All I could offer, at the time, was my idea about one of poetry's great faculties. Let's see if I can articulate this. Something happens; say, a child somersaults from an ottoman to the floor. If everything that happened that hour in that particular room, including the kid's acrobatics, was somehow translated into a physical loaf, and if you sliced infinitely thin pieces and peeled off one slice, you would have a complete, 3-D representation - complete with smell, sound and taste - of exactly what happened that moment. Are you following? Now, put a bunch of those together and you have my jelly-loaf.
Poetry can move in, take a slab from the loaf (i.e. from time and life) and compress it onto a page, leaving one chunk of time combed and waiting in front of one. The poem somehow translates the child's somersault to a page without changing its essence. Poetry, in that way, is life.
As such, I think that it can offer experiences that are lost to us, normally inaccessible, or especially revealing. By slowing down on times that often flit by too quickly to notice, poetry can allow us a kind of contemplation not usually possible.

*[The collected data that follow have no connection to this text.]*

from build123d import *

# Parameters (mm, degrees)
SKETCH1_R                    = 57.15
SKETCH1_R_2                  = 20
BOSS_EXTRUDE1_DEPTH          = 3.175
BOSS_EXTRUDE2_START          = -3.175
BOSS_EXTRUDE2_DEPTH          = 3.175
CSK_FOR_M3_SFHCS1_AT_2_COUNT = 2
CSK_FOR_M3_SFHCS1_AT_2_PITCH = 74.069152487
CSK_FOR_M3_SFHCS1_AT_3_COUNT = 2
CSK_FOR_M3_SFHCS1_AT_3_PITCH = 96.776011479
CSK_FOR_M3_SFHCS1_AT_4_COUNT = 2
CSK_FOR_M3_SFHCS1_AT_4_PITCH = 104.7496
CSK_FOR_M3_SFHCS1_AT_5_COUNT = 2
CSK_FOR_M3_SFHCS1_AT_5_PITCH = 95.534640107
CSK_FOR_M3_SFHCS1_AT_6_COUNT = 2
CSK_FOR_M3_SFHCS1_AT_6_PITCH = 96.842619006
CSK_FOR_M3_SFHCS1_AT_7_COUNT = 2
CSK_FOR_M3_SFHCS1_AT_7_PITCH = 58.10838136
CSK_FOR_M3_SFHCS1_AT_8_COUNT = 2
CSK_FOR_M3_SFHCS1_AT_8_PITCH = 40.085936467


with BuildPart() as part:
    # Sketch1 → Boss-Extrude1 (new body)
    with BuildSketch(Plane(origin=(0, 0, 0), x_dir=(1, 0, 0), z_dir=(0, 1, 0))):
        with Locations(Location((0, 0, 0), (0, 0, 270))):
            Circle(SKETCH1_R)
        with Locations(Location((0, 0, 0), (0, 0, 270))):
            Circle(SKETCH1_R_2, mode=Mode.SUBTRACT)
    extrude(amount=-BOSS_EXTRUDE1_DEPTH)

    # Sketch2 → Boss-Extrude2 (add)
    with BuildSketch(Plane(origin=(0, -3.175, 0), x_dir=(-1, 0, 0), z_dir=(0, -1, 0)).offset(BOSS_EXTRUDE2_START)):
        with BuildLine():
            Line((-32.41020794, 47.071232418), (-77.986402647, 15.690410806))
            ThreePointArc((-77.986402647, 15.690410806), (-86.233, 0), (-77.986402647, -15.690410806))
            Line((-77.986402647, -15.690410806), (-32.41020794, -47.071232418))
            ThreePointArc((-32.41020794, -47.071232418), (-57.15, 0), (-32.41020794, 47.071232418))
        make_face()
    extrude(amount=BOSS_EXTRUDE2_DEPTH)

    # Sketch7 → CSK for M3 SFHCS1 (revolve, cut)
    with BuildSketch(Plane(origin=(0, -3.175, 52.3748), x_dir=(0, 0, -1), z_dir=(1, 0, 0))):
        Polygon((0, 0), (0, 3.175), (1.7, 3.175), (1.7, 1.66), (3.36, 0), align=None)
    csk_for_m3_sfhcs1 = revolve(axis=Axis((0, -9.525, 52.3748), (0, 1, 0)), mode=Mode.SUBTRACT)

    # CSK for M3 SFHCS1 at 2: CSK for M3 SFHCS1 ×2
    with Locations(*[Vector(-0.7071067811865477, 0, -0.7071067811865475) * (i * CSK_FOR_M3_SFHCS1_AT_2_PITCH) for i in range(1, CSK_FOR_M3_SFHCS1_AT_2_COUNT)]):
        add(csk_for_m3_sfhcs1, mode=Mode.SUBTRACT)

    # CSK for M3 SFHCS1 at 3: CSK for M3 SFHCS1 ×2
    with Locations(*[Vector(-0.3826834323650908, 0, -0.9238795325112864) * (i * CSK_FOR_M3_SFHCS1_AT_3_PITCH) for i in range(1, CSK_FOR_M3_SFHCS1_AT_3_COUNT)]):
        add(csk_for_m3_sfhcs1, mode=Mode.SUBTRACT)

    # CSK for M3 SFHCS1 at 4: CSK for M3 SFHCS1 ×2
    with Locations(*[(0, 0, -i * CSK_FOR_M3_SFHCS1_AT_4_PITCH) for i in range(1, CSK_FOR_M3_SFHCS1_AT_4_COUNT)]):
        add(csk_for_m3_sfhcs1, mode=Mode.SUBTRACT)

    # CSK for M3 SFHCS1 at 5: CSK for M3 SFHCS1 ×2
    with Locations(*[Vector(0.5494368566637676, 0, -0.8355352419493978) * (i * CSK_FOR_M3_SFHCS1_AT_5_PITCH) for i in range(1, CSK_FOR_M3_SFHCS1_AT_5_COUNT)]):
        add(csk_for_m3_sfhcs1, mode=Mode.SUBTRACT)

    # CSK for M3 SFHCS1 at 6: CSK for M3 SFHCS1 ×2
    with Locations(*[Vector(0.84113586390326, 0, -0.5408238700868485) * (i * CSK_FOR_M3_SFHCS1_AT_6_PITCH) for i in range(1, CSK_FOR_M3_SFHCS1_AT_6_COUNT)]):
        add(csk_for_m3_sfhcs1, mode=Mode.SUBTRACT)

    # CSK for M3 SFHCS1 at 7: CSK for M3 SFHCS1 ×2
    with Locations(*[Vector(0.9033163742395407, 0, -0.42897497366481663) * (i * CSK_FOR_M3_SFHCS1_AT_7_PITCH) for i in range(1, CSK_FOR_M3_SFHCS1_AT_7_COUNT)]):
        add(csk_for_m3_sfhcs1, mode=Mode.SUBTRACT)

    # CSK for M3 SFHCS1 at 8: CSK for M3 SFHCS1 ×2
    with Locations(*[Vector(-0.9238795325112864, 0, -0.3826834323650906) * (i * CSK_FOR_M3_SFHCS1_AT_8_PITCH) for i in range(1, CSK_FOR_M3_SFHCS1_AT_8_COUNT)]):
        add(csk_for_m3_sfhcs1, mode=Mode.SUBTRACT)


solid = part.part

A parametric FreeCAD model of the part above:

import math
import FreeCAD as App
import Part
import Sketcher
from FreeCAD import Vector
Q = App.Units.Quantity


def add_polygon(sketch, points):
    """Adds a closed chain of lines whose ends are joined by coincident constraints."""
    first, n = sketch.GeometryCount, len(points)
    for a, b in zip(points, points[1:] + points[:1]):
        sketch.addGeometry(Part.LineSegment(App.Vector(*a, 0), App.Vector(*b, 0)), False)
    for i in range(n):
        sketch.addConstraint(Sketcher.Constraint("Coincident", first + i, 2, first + (i + 1) % n, 1))

doc = App.newDocument("Part")
body = doc.addObject("PartDesign::Body", "Body")

sketch1 = body.newObject("Sketcher::SketchObject", "Sketch")
sketch1.AttachmentSupport = (doc.getObject("XZ_Plane"), [""])
sketch1.MapMode = "FlatFace"
sketch1.addGeometry(Part.Circle(Vector(0, 0, 0), Vector(0, 0, 1), 57), False)
sketch1.addGeometry(Part.Circle(Vector(0, 0, 0), Vector(0, 0, 1), 20), False)
sketch1.addConstraint(Sketcher.Constraint("Coincident", 0, 3, -1, 1))
sketch1.addConstraint(Sketcher.Constraint("Coincident", 1, 3, -1, 1))
sketch1.addConstraint(Sketcher.Constraint("Diameter", 0, Q("4.5 in")))
sketch1.addConstraint(Sketcher.Constraint("Diameter", 1, 40.0))
pad1 = body.newObject("PartDesign::Pad", "Pad")
pad1.Profile = sketch1
pad1.Length = Q("0.125 in")

sketch2 = body.newObject("Sketcher::SketchObject", "Sketch001")
sketch2.AttachmentSupport = (doc.getObject("XZ_Plane"), [""])
sketch2.MapMode = "FlatFace"
sketch2.addGeometry(Part.LineSegment(Vector(32, -47, 0), Vector(78, -16, 0)), False)
sketch2.addGeometry(Part.ArcOfCircle(Part.Circle(Vector(67, 0, 0), Vector(0, 0, 1), 19), math.radians(-55), math.radians(55)), False)
sketch2.addGeometry(Part.LineSegment(Vector(78, 16, 0), Vector(32, 47, 0)), False)
sketch2.addGeometry(Part.ArcOfCircle(Part.Circle(Vector(0, 0, 0), Vector(0, 0, 1), 57), math.radians(-55), math.radians(55)), False)
sketch2.addConstraint(Sketcher.Constraint("Tangent", 0, 2, 1, 1))
sketch2.addConstraint(Sketcher.Constraint("Tangent", 1, 2, 2, 1))
sketch2.addConstraint(Sketcher.Constraint("Tangent", 2, 2, 3, 2))
sketch2.addConstraint(Sketcher.Constraint("Tangent", 3, 1, 0, 1))
sketch2.addConstraint(Sketcher.Constraint("Coincident", 3, 3, -1, 1))
sketch2.addConstraint(Sketcher.Constraint("PointOnObject", 1, 3, -1))
sketch2.addConstraint(Sketcher.Constraint("Radius", 1, Q("0.75 in")))
sketch2.addConstraint(Sketcher.Constraint("Radius", 3, Q("2.25 in")))
sketch2.addConstraint(Sketcher.Constraint("DistanceX", -1, 1, 1, 3, Q("2.645 in")))
pad2 = body.newObject("PartDesign::Pad", "Pad001")
pad2.Profile = sketch2
pad2.Length = Q("0.125 in")

sketch3 = body.newObject("Sketcher::SketchObject", "Sketch002")
sketch3.AttachmentSupport = (doc.getObject("YZ_Plane"), [""])
sketch3.MapMode = "FlatFace"
add_polygon(sketch3, [(0, 52.4), (-3.2, 52.4), (-3.2, 49), (-1.5, 50.7), (0, 50.7)])
sketch3.addGeometry(Part.LineSegment(Vector(-3.2, 52.4, 0), Vector(0, 52.4, 0)), True)
sketch3.addConstraint(Sketcher.Constraint("Horizontal", 0))
sketch3.addConstraint(Sketcher.Constraint("Vertical", 1))
sketch3.addConstraint(Sketcher.Constraint("Horizontal", 3))
sketch3.addConstraint(Sketcher.Constraint("Vertical", 4))
sketch3.addConstraint(Sketcher.Constraint("Horizontal", 5))
sketch3.addConstraint(Sketcher.Constraint("Coincident", 5, 1, 0, 2))
sketch3.addConstraint(Sketcher.Constraint("PointOnObject", 3, 2, -2))
sketch3.addConstraint(Sketcher.Constraint("PointOnObject", 5, 2, -2))
sketch3.addConstraint(Sketcher.Constraint("Angle", 2, Q("45 deg")))
sketch3.addConstraint(Sketcher.Constraint("DistanceX", 0, 2, 0, 1, Q("0.125 in")))
sketch3.addConstraint(Sketcher.Constraint("DistanceY", -1, 1, 0, 2, Q("2.062 in")))
sketch3.addConstraint(Sketcher.Constraint("DistanceX", 3, 1, 3, 2, 1.515))
sketch3.addConstraint(Sketcher.Constraint("DistanceY", 1, 2, 1, 1, 3.36))
groove = body.newObject("PartDesign::Groove", "Groove")
groove.Profile = sketch3
groove.ReferenceAxis = (sketch3, ["Axis0"])
groove.Angle = 360
doc.recompute()

datumline = body.newObject("PartDesign::Line", "DatumLine")
datumline.Placement = App.Placement(Vector(0, 0, 0), App.Rotation(Vector(0, 0, 1), Vector(-0.707106781, 0, -0.707106781)))
linearpattern = body.newObject("PartDesign::LinearPattern", "LinearPattern")
linearpattern.Originals = [groove]
linearpattern.Direction = (datumline, [""])
linearpattern.Mode = "offset"
linearpattern.Offset = 74.069152
linearpattern.Occurrences = 2
body.Tip = linearpattern
doc.recompute()

datumline2 = body.newObject("PartDesign::Line", "DatumLine001")
datumline2.Placement = App.Placement(Vector(0, 0, 0), App.Rotation(Vector(0, 0, 1), Vector(-0.382683432, 0, -0.923879533)))
linearpattern2 = body.newObject("PartDesign::LinearPattern", "LinearPattern001")
linearpattern2.Originals = [groove]
linearpattern2.Direction = (datumline2, [""])
linearpattern2.Mode = "offset"
linearpattern2.Offset = 96.776011
linearpattern2.Occurrences = 2
body.Tip = linearpattern2
doc.recompute()

linearpattern3 = body.newObject("PartDesign::LinearPattern", "LinearPattern002")
linearpattern3.Originals = [groove]
linearpattern3.Direction = (doc.getObject("Z_Axis"), [""])
linearpattern3.Mode = "offset"
linearpattern3.Offset = Q("4.124 in")
linearpattern3.Occurrences = 2
linearpattern3.Reversed = True
body.Tip = linearpattern3
doc.recompute()

datumline3 = body.newObject("PartDesign::Line", "DatumLine002")
datumline3.Placement = App.Placement(Vector(0, 0, 0), App.Rotation(Vector(0, 0, 1), Vector(0.549436857, 0, -0.835535242)))
linearpattern4 = body.newObject("PartDesign::LinearPattern", "LinearPattern003")
linearpattern4.Originals = [groove]
linearpattern4.Direction = (datumline3, [""])
linearpattern4.Mode = "offset"
linearpattern4.Offset = 95.53464
linearpattern4.Occurrences = 2
body.Tip = linearpattern4
doc.recompute()

datumline4 = body.newObject("PartDesign::Line", "DatumLine003")
datumline4.Placement = App.Placement(Vector(0, 0, 0), App.Rotation(Vector(0, 0, 1), Vector(0.841135864, 0, -0.54082387)))
linearpattern5 = body.newObject("PartDesign::LinearPattern", "LinearPattern004")
linearpattern5.Originals = [groove]
linearpattern5.Direction = (datumline4, [""])
linearpattern5.Mode = "offset"
linearpattern5.Offset = 96.842619
linearpattern5.Occurrences = 2
body.Tip = linearpattern5
doc.recompute()

datumline5 = body.newObject("PartDesign::Line", "DatumLine004")
datumline5.Placement = App.Placement(Vector(0, 0, 0), App.Rotation(Vector(0, 0, 1), Vector(0.903316374, 0, -0.428974974)))
linearpattern6 = body.newObject("PartDesign::LinearPattern", "LinearPattern005")
linearpattern6.Originals = [groove]
linearpattern6.Direction = (datumline5, [""])
linearpattern6.Mode = "offset"
linearpattern6.Offset = 58.108381
linearpattern6.Occurrences = 2
body.Tip = linearpattern6
doc.recompute()

datumline6 = body.newObject("PartDesign::Line", "DatumLine005")
datumline6.Placement = App.Placement(Vector(0, 0, 0), App.Rotation(Vector(0, 0, 1), Vector(-0.923879533, 0, -0.382683432)))
linearpattern7 = body.newObject("PartDesign::LinearPattern", "LinearPattern006")
linearpattern7.Originals = [groove]
linearpattern7.Direction = (datumline6, [""])
linearpattern7.Mode = "offset"
linearpattern7.Offset = 40.085936
linearpattern7.Occurrences = 2
body.Tip = linearpattern7

doc.recompute()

Then, too, it has a very selective lens; poets write about things that, even if common, have a special significance, even if it is the specialness that brings us a greater appreciation of our everyday experiences. If it portrays a "typical" experience, along the lines of "Aubade," it may also give us an opportunity to empathize with an Other, or connect our similar experiences to the Other's.
For "Aubade," I want us to notice how precisely the poem draws the morning. It immediately takes us into one moment, beginning with the statement "cold snap." An "aubade" is a morning song, often of a parting of lovers, and this is, to me, a wonderful example of this. There is no bittersweet denial of the dawn a la Romeo and Juliet; rather, this is a regular man going about his regular life, thinking of his love. The first five lines or so capture the chilly air and the surrounding environment. The choppy syntax (those five lines have eight caesuras - pauses in the middle of a line - not to mention three end-stops; punctuation at the end of a line) transmits the freezing air, as if it is so cold outside that the speaker can't quite put a sentence together.
One of the things the poem does brilliantly is relay early-morning mode. Many of you, I am sure, know the feeling: you are so tired that all you can do is mentally move from one thing to the next. It is not really possible to out-think oneself in the morning, much less think at all (for some haha). We also get the feeling that there is a kind of ritual in this man's morning. He does his usual "thing," checking his possessions off almost list-like, noting "Quick coffee / jacket, watch-cap, keys."* The next line, "Stars blaze across the black / gap between the horizons," hands us a new take on the sky; I have never heard the great scope of the sky described as a gap between the horizons. The unusual comment, though, lets us into someone else's way of looking at the world, if only for two lines.
If the earlier lines introduce us to the narrator, presenting us with artifacts from his world and his casual, everyday observations, the next outline his surroundings. The lines, "an icebox / full of lightless air, / limns green with dash-light" literally trace his pickup truck. To "limn" means to outline in clear, sharp detail (m-w.com). Again, Kenney is careful to etch the important details of this very normal morning.
The narrator, too, limns his pickup truck, again listing his possessions. I think that this is kind of like setting a stage with props; perhaps Kenney is implying, in having the narrator pay so much attention to his physical world, that space is important to who we are. I would agree with that whole-heartedly. Even if things don't make us, they can certainly make us comfortable. And I don't mean extraneous things, but one's familiar watch-cap, the known cracks on the vinyl, the aged and geometric metal cab of a pickup: these things serve as touchpoints in our day-to-day wanderings.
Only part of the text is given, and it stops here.